Minister of Health
- In office 2012–2015
- Preceded by: Rudyard Spencer
- Succeeded by: Horace Dalley

MP for Saint Thomas Eastern
- In office 1993–2010

Personal details
- Party: PNP
- Alma mater: Ardenne High School

= Fenton Ferguson =

Jamaican politician and dental surgeon

Fenton Rudyard Ferguson CD is a Jamaican politician with the People's National Party. He began serving as Jamaica's Minister of labor and social security under Prime Minister Portia Simpson-Miller in 2012. He is a dental surgeon. Fenton Ferguson was the MP for Saint Thomas Eastern. His opponent in 2016 was Mr.

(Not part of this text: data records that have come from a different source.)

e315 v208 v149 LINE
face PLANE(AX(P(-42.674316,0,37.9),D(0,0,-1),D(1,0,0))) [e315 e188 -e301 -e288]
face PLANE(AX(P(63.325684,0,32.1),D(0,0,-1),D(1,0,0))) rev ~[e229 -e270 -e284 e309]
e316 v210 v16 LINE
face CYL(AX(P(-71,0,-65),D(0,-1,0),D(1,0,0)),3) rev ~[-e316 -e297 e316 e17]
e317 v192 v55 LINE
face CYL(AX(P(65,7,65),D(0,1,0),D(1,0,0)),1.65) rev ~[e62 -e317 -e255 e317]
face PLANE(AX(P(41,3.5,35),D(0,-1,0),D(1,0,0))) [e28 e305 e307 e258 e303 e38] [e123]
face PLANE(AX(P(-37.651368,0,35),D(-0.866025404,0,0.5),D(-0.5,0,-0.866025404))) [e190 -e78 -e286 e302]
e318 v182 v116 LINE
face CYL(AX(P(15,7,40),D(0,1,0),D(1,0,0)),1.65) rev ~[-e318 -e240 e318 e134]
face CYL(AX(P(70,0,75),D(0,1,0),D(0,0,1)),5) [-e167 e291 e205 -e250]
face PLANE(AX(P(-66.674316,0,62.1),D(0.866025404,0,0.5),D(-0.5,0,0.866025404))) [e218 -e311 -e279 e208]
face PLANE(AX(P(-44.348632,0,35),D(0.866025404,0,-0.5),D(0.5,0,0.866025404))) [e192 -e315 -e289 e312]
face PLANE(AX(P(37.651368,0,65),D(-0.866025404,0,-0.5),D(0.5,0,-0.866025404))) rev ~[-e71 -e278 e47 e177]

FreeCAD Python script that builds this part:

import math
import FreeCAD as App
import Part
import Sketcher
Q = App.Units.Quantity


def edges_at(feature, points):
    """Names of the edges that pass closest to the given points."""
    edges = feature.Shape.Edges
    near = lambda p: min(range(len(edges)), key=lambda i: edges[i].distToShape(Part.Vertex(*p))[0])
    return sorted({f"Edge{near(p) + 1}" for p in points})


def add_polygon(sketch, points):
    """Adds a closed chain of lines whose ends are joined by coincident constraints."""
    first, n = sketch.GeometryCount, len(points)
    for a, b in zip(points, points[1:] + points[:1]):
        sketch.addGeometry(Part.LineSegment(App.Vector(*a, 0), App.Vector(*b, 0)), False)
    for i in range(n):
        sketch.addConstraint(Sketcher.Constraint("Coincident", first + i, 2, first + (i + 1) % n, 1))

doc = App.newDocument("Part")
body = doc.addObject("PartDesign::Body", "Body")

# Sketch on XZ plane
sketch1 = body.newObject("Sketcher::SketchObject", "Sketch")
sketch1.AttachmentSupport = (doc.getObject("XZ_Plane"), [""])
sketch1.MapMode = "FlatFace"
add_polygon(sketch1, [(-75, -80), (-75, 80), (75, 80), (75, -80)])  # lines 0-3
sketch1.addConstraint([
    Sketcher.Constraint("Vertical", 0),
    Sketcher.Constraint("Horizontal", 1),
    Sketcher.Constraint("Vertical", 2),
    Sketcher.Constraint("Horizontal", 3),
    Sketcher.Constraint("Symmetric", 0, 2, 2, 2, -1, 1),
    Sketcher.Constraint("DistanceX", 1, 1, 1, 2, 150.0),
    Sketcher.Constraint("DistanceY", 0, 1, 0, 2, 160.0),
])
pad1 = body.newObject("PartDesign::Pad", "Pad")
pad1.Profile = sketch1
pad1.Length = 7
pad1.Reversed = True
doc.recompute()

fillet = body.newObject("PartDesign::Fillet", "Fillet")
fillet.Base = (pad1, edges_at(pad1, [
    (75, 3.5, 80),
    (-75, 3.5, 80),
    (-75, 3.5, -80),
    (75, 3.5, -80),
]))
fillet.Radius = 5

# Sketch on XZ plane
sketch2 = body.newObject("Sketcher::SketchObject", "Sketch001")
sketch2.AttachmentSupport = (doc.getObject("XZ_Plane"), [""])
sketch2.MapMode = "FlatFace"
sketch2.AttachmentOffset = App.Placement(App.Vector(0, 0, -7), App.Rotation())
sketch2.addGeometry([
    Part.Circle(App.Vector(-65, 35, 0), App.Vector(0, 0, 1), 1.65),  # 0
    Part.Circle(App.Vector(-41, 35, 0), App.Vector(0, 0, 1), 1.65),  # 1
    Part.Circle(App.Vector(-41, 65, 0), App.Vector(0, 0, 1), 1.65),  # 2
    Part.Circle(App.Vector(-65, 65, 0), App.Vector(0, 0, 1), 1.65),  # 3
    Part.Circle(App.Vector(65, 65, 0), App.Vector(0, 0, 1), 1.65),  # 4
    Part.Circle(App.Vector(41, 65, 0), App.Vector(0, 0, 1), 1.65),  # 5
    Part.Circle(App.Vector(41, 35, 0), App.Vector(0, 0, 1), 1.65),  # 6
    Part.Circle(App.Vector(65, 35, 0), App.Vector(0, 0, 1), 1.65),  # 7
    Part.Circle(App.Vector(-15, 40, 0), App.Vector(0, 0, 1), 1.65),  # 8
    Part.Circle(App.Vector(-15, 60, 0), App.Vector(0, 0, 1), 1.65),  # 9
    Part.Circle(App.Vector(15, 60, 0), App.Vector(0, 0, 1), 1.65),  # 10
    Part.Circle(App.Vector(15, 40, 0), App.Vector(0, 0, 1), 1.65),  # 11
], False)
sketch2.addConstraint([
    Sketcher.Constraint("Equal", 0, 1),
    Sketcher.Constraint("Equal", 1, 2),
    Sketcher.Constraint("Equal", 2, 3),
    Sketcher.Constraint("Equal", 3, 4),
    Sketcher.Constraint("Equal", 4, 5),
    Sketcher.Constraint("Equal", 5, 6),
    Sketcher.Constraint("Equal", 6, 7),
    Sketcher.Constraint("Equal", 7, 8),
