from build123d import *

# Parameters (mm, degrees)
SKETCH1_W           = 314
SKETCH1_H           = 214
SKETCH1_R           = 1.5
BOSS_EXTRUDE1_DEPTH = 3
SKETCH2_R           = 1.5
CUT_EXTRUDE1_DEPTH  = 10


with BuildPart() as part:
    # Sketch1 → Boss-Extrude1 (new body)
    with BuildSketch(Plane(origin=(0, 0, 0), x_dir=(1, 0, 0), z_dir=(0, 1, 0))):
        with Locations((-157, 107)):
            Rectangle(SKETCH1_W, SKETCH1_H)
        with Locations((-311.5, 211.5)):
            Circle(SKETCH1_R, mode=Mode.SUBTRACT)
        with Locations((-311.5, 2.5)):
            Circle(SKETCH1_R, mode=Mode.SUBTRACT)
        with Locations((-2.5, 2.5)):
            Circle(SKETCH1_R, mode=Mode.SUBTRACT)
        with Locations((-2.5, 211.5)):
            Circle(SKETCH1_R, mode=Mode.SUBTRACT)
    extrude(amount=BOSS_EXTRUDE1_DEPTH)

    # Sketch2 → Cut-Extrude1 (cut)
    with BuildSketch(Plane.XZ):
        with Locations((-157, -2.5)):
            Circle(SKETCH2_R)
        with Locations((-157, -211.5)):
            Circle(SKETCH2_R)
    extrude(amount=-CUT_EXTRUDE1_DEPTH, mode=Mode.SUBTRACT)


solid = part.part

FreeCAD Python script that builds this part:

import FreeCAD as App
import Part
import Sketcher
from FreeCAD import Vector

doc = App.newDocument("Part")
body = doc.addObject("PartDesign::Body", "Body")

# Sketch on XZ plane
sketch1 = doc.addObject("Sketcher::SketchObject", "Sketch")
body.addObject(sketch1)
sketch1.AttachmentSupport = (doc.XZ_Plane, [""])
sketch1.MapMode = "FlatFace"
sketch1.addGeometry([
    Part.LineSegment(Vector(-314, -214, 0), Vector(-314, 0, 0)),  # 0
    Part.LineSegment(Vector(-314, 0, 0), Vector(0, 0, 0)),  # 1
    Part.LineSegment(Vector(0, 0, 0), Vector(0, -214, 0)),  # 2
    Part.LineSegment(Vector(0, -214, 0), Vector(-314, -214, 0)),  # 3
    Part.Circle(Vector(-311.5, -2.5, 0), Vector(0, 0, 1), 1.5),  # 4
    Part.Circle(Vector(-2.5, -2.5, 0), Vector(0, 0, 1), 1.5),  # 5
    Part.Circle(Vector(-311.5, -211.5, 0), Vector(0, 0, 1), 1.5),  # 6
    Part.Circle(Vector(-2.5, -211.5, 0), Vector(0, 0, 1), 1.5),  # 7
], False)
sketch1.addConstraint([
    Sketcher.Constraint("Coincident", 0, 2, 1, 1),
    Sketcher.Constraint("Coincident", 1, 2, 2, 1),
    Sketcher.Constraint("Coincident", 2, 2, 3, 1),
    Sketcher.Constraint("Coincident", 3, 2, 0, 1),
    Sketcher.Constraint("Vertical", 0),
    Sketcher.Constraint("Horizontal", 1),
    Sketcher.Constraint("Vertical", 2),
    Sketcher.Constraint("Horizontal", 3),
    Sketcher.Constraint("Coincident", 1, 2, -1, 1),
    Sketcher.Constraint("Equal", 4, 5),
    Sketcher.Constraint("Equal", 5, 6),
    Sketcher.Constraint("Equal", 6, 7),
    Sketcher.Constraint("Horizontal", 4, 3, 5, 3),
    Sketcher.Constraint("Horizontal", 6, 3, 7, 3),
    Sketcher.Constraint("Vertical", 4, 3, 6, 3),
    Sketcher.Constraint("Vertical", 5, 3, 7, 3),
    Sketcher.Constraint("Diameter", 4, 3.0),
    Sketcher.Constraint("DistanceX", 1, 1, 1, 2, 314.0),
    Sketcher.Constraint("DistanceY", 0, 1, 0, 2, 214.0),
    Sketcher.Constraint("DistanceX", 4, 3, 5, 3, 309.0),
    Sketcher.Constraint("DistanceY", 6, 3, 4, 3, 209.0),
    Sketcher.Constraint("DistanceX", 4, 3, -1, 1, 311.5),
    Sketcher.Constraint("DistanceY", 4, 3, -1, 1, 2.5),
])
pad1 = doc.addObject("PartDesign::Pad", "Pad")
body.addObject(pad1)
pad1.Profile = sketch1
pad1.Length = 3
pad1.Reversed = True

# Sketch on XZ plane
sketch2 = doc.addObject("Sketcher::SketchObject", "Sketch001")
body.addObject(sketch2)
sketch2.AttachmentSupport = (doc.XZ_Plane, [""])
sketch2.MapMode = "FlatFace"
sketch2.addGeometry([
    Part.Circle(Vector(-157, -2.5, 0), Vector(0, 0, 1), 1.5),
    Part.Circle(Vector(-157, -211.5, 0), Vector(0, 0, 1), 1.5),
], False)
sketch2.addConstraint([
    Sketcher.Constraint("Equal", 0, 1),
    Sketcher.Constraint("Vertical", 0, 3, 1, 3),
    Sketcher.Constraint("Diameter", 0, 3.0),
    Sketcher.Constraint("DistanceX", 0, 3, -1, 1, 157.0),
    Sketcher.Constraint("DistanceY", 1, 3, 0, 3, 209.0),
    Sketcher.Constraint("DistanceY", 0, 3, -1, 1, 2.5),
])
pocket1 = doc.addObject("PartDesign::Pocket", "Pocket")
body.addObject(pocket1)
pocket1.Profile = sketch2
pocket1.Length = 10

doc.recompute()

Delano Seiveright. Ferguson was moved to labor and social security after he remarked that babies who died as a result of the Klebsiella outbreak in 2015 at Victoria Jubilee Hospital are “not babies in the real sense” during his tenure as Minister of Health when many premature babies died from that bacteria.

==Career==
Ferguson was elected to Parliament in 1993 from East St. Thomas, defeating Pearnel Charles of the Jamaica Labour Party and ending the JLP's 45-year hold on the constituency. He was elected a vice-president of the People's National Party in 2006 along with Angela Brown-Burke, Derrick Kellier, and Peter Phillips, beating out Sharon Hay-Webster, Louis Moyston and Kern Spencer. He faced Charles' daughter Patrece Charles-Freeman in the 2011 election in the same East St. Thomas constituency, defeating her by 8,018 votes to 7,547. On September 3, 2020, parliamentary elections, Ferguson lost his seat to Dr. Michelle Charles, the daughter of Pearnel Charles Sr and brother of Pearnel Charles Jr. For the first time ever a brother and sister pair sat in Gordon House.

==Personal life==
Ferguson attended Ardenne High School in Kingston before moving to the United States to attend Howard University, where he earned a B.Sc. in chemistry in 1974. His sister, Dr. Millicent A. Comrie, specializes in obstetrics and gynecology at Maimonides Medical Center in Brooklyn, NY.